Check each line of the entries below for the string "blind" and state how many lines have it, with no other text.

Stored items
<<<<

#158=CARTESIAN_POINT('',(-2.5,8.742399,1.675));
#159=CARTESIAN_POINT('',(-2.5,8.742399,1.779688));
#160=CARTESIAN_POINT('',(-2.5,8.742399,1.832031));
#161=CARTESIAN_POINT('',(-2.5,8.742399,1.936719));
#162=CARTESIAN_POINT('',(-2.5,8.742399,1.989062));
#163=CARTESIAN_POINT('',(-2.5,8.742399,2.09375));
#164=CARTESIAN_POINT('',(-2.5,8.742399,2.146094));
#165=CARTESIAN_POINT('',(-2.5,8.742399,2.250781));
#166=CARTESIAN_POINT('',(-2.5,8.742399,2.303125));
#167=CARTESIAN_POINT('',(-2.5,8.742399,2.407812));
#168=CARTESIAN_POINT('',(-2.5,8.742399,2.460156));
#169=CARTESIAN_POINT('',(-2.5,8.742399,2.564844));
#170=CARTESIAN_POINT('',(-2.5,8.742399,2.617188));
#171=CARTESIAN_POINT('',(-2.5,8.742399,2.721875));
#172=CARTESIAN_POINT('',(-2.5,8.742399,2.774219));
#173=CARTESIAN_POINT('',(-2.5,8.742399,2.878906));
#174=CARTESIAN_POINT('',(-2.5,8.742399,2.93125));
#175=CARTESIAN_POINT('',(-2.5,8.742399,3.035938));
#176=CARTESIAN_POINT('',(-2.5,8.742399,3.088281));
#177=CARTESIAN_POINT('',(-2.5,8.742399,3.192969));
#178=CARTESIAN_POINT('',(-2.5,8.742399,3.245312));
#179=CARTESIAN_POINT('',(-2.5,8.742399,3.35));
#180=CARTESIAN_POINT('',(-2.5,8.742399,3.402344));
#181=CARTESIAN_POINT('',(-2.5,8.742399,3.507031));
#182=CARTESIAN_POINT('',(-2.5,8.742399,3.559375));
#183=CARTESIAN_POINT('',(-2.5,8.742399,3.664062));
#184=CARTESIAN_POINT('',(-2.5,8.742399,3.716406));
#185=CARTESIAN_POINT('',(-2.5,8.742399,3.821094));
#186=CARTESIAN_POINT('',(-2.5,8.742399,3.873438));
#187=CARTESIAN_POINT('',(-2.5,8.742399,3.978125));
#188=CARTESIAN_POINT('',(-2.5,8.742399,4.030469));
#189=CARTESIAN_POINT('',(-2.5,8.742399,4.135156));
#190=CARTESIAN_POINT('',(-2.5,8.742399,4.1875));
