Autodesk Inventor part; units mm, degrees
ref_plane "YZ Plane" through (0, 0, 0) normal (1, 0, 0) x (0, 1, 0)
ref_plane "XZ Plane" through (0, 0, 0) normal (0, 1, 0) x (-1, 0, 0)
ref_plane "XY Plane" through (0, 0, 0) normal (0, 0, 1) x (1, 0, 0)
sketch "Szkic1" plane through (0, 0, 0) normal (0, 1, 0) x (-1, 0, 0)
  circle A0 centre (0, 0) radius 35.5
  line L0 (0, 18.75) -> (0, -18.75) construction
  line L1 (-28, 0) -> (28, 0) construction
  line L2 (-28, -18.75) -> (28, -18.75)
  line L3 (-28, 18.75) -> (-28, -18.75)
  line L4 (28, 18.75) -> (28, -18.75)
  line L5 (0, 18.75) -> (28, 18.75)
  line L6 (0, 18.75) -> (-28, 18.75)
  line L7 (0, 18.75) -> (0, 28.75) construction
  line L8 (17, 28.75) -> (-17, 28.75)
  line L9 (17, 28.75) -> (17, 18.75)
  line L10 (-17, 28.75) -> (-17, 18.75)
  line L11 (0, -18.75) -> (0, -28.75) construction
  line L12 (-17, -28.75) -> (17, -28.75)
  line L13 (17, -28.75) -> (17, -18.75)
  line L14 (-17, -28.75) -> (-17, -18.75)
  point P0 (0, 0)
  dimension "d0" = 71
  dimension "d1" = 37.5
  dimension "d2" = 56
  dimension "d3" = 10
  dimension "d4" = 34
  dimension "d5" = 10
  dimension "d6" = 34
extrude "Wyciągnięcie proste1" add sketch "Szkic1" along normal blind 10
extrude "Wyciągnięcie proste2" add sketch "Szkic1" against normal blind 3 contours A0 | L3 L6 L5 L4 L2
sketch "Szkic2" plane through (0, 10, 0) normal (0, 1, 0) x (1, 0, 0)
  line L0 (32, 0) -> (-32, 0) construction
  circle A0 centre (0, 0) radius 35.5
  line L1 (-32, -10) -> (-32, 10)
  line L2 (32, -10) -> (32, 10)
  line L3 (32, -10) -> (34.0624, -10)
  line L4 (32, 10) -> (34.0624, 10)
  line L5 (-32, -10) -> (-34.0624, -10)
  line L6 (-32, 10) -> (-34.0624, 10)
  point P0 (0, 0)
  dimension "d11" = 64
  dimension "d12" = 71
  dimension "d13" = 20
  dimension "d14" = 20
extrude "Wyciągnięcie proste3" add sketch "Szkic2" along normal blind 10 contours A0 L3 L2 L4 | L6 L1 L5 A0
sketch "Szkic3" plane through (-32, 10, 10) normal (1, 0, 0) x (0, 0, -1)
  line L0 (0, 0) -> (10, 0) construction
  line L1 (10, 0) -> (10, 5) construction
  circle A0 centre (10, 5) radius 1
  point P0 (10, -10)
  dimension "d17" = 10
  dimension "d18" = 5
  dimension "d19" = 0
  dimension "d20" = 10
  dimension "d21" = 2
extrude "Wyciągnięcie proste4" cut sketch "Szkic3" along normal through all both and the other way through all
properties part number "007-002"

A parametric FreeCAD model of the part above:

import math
import FreeCAD as App
import Part
import Sketcher

V = App.Vector


def add_polygon(sketch, points):
    """Adds a closed chain of lines whose ends are joined by coincident constraints."""
    first, n = sketch.GeometryCount, len(points)
    for a, b in zip(points, points[1:] + points[:1]):
        sketch.addGeometry(Part.LineSegment(App.Vector(*a, 0), App.Vector(*b, 0)), False)
    for i in range(n):
        sketch.addConstraint(Sketcher.Constraint("Coincident", first + i, 2, first + (i + 1) % n, 1))

doc = App.newDocument("Part")
body = doc.addObject("PartDesign::Body", "Body")

sketch1 = doc.addObject("Sketcher::SketchObject", "Sketch")
body.addObject(sketch1)
sketch1.AttachmentSupport = (doc.XZ_Plane, [""])
sketch1.MapMode = "FlatFace"
sketch1.addGeometry(Part.Circle(V(0, 0, 0), V(0, 0, 1), 35.5), False)
add_polygon(sketch1, [(17, -18.75), (28, -18.75), (28, 18.75), (17, 18.75), (17, 28.75), (-17, 28.75), (-17, 18.75), (-28, 18.75), (-28, -18.75), (-17, -18.75), (-17, -28.75), (17, -28.75)])
sketch1.addConstraint(Sketcher.Constraint("Horizontal", 1))
sketch1.addConstraint(Sketcher.Constraint("Vertical", 2))
sketch1.addConstraint(Sketcher.Constraint("Horizontal", 3))
sketch1.addConstraint(Sketcher.Constraint("Vertical", 4))
sketch1.addConstraint(Sketcher.Constraint("Horizontal", 5))
sketch1.addConstraint(Sketcher.Constraint("Vertical", 6))
sketch1.addConstraint(Sketcher.Constraint("Horizontal", 7))
sketch1.addConstraint(Sketcher.Constraint("Vertical", 8))
sketch1.addConstraint(Sketcher.Constraint("Horizontal", 9))
sketch1.addConstraint(Sketcher.Constraint("Vertical", 10))
sketch1.addConstraint(Sketcher.Constraint("Horizontal", 11))
sketch1.addConstraint(Sketcher.Constraint("Vertical", 12))
sketch1.addConstraint(Sketcher.Constraint("Coincident", 0, 3, -1, 1))
sketch1.addConstraint(Sketcher.Constraint("Symmetric", 1, 2, 7, 2, -1, 1))
sketch1.addConstraint(Sketcher.Constraint("Symmetric", 3, 2, 9, 2, -1, 1))
sketch1.addConstraint(Sketcher.Constraint("Symmetric", 5, 2, 11, 2, -1, 1))
sketch1.addConstraint(Sketcher.Constraint("Symmetric", 3, 2, 6, 2, -2))
sketch1.addConstraint(Sketcher.Constraint("Diameter", 0, 71.0))
sketch1.addConstraint(Sketcher.Constraint("DistanceX", 5, 2, 5, 1, 34.0))
sketch1.addConstraint(Sketcher.Constraint("DistanceY", 4, 1, 4, 2, 10.0))
sketch1.addConstraint(Sketcher.Constraint("DistanceY", 2, 1, 2, 2, 37.5))
sketch1.addConstraint(Sketcher.Constraint("DistanceX", 8, 2, 1, 2, 56.0))
pad1 = doc.addObject("PartDesign::Pad", "Pad")
body.addObject(pad1)
pad1.Profile = sketch1
pad1.Length = 10
pad1.Reversed = True

sketch2 = doc.addObject("Sketcher::SketchObject", "Sketch001")
body.addObject(sketch2)
sketch2.AttachmentSupport = (doc.XZ_Plane, [""])
sketch2.MapMode = "FlatFace"
sketch2.addGeometry(Part.Circle(V(0, 0, 0), V(0, 0, 1), 35.5), False)
add_polygon(sketch2, [(17, -28.75), (17, -18.75), (-17, -18.75), (-17, -28.75)])
add_polygon(sketch2, [(-17, 28.75), (-17, 18.75), (17, 18.75), (17, 28.75)])
sketch2.addConstraint(Sketcher.Constraint("Vertical", 1))
sketch2.addConstraint(Sketcher.Constraint("Horizontal", 2))
sketch2.addConstraint(Sketcher.Constraint("Vertical", 3))
sketch2.addConstraint(Sketcher.Constraint("Horizontal", 4))
sketch2.addConstraint(Sketcher.Constraint("Vertical", 5))
sketch2.addConstraint(Sketcher.Constraint("Horizontal", 6))
sketch2.addConstraint(Sketcher.Constraint("Vertical", 7))
sketch2.addConstraint(Sketcher.Constraint("Horizontal", 8))
sketch2.addConstraint(Sketcher.Constraint("Coincident", 0, 3, -1, 1))
sketch2.addConstraint(Sketcher.Constraint("Symmetric", 1, 2, 5, 2, -1, 1))
sketch2.addConstraint(Sketcher.Constraint("Symmetric", 3, 2, 7, 2, -1, 1))
sketch2.addConstraint(Sketcher.Constraint("Vertical", 3, 2, 5, 2))
sketch2.addConstraint(Sketcher.Constraint("Diameter", 0, 71.0))
sketch2.addConstraint(Sketcher.Constraint("DistanceX", 2, 2, 2, 1, 34.0))
sketch2.addConstraint(Sketcher.Constraint("DistanceY", 1, 1, 1, 2, 10.0))
sketch2.addConstraint(Sketcher.Constraint("DistanceY", 2, 2, 5, 2, 37.5))
pad2 = doc.addObject("PartDesign::Pad", "Pad001")
body.addObject(pad2)
pad2.Profile = sketch2
pad2.Length = 3

sketch3 = doc.addObject("Sketcher::SketchObject", "Sketch002")
body.addObject(sketch3)
sketch3.AttachmentSupport = (doc.XZ_Plane, [""])
sketch3.MapMode = "FlatFace"
sketch3.AttachmentOffset = App.Placement(V(0, 0, -10), App.Rotation())
sketch3.addGeometry(Part.ArcOfCircle(Part.Circle(V(0, 0, 0), V(0, 0, 1), 35.5), math.radians(-16.361123), math.radians(16.361123)), False)
sketch3.addGeometry(Part.LineSegment(V(34.0624, -10, 0), V(32, -10, 0)), False)
sketch3.addGeometry(Part.LineSegment(V(32, -10, 0), V(32, 10, 0)), False)
sketch3.addGeometry(Part.LineSegment(V(32, 10, 0), V(34.0624, 10, 0)), False)
sketch3.addGeometry(Part.LineSegment(V(-32, -10, 0), V(-34.0624, -10, 0)), False)
sketch3.addGeometry(Part.ArcOfCircle(Part.Circle(V(0, 0, 0), V(0, 0, 1), 35.5), math.radians(163.638877), math.radians(196.361123)), False)
sketch3.addGeometry(Part.LineSegment(V(-34.0624, 10, 0), V(-32, 10, 0)), False)
sketch3.addGeometry(Part.LineSegment(V(-32, 10, 0), V(-32, -10, 0)), False)
sketch3.addConstraint(Sketcher.Constraint("Coincident", 0, 1, 1, 1))
sketch3.addConstraint(Sketcher.Constraint("Coincident", 1, 2, 2, 1))
sketch3.addConstraint(Sketcher.Constraint("Coincident", 2, 2, 3, 1))
sketch3.addConstraint(Sketcher.Constraint("Coincident", 3, 2, 0, 2))
sketch3.addConstraint(Sketcher.Constraint("Coincident", 4, 2, 5, 2))
sketch3.addConstraint(Sketcher.Constraint("Coincident", 5, 1, 6, 1))
sketch3.addConstraint(Sketcher.Constraint("Coincident", 6, 2, 7, 1))
sketch3.addConstraint(Sketcher.Constraint("Coincident", 7, 2, 4, 1))
sketch3.addConstraint(Sketcher.Constraint("Horizontal", 1))
sketch3.addConstraint(Sketcher.Constraint("Vertical", 2))
sketch3.addConstraint(Sketcher.Constraint("Horizontal", 3))
sketch3.addConstraint(Sketcher.Constraint("Horizontal", 4))
sketch3.addConstraint(Sketcher.Constraint("Horizontal", 6))
sketch3.addConstraint(Sketcher.Constraint("Vertical", 7))
sketch3.addConstraint(Sketcher.Constraint("Coincident", 0, 3, -1, 1))
sketch3.addConstraint(Sketcher.Constraint("Coincident", 5, 3, -1, 1))
sketch3.addConstraint(Sketcher.Constraint("Equal", 0, 5))
sketch3.addConstraint(Sketcher.Constraint("Symmetric", 1, 2, 6, 2, -1, 1))
sketch3.addConstraint(Sketcher.Constraint("Horizontal", 1, 2, 4, 2))
sketch3.addConstraint(Sketcher.Constraint("Horizontal", 3, 2, 5, 1))
sketch3.addConstraint(Sketcher.Constraint("Radius", 0, 35.5))
sketch3.addConstraint(Sketcher.Constraint("DistanceY", 2, 1, 2, 2, 20.0))
sketch3.addConstraint(Sketcher.Constraint("DistanceX", 6, 2, 2, 2, 64.0))
pad3 = doc.addObject("PartDesign::Pad", "Pad002")
body.addObject(pad3)
pad3.Profile = sketch3
pad3.Length = 10
pad3.Reversed = True

sketch4 = doc.addObject("Sketcher::SketchObject", "Sketch003")
body.addObject(sketch4)
sketch4.AttachmentSupport = (doc.YZ_Plane, [""])
sketch4.MapMode = "FlatFace"
sketch4.AttachmentOffset = App.Placement(V(0, 0, -32), App.Rotation())
sketch4.addGeometry(Part.Circle(V(15, 0, 0), V(0, 0, 1), 1), False)
sketch4.addConstraint(Sketcher.Constraint("PointOnObject", 0, 3, -1))
sketch4.addConstraint(Sketcher.Constraint("Diameter", 0, 2.0))
sketch4.addConstraint(Sketcher.Constraint("DistanceX", -1, 1, 0, 3, 15.0))
pocket1 = doc.addObject("PartDesign::Pocket", "Pocket")
body.addObject(pocket1)
pocket1.Profile = sketch4
pocket1.Type = "ThroughAll"
pocket1.Midplane = True

doc.recompute()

>>>>

- [Output]: 3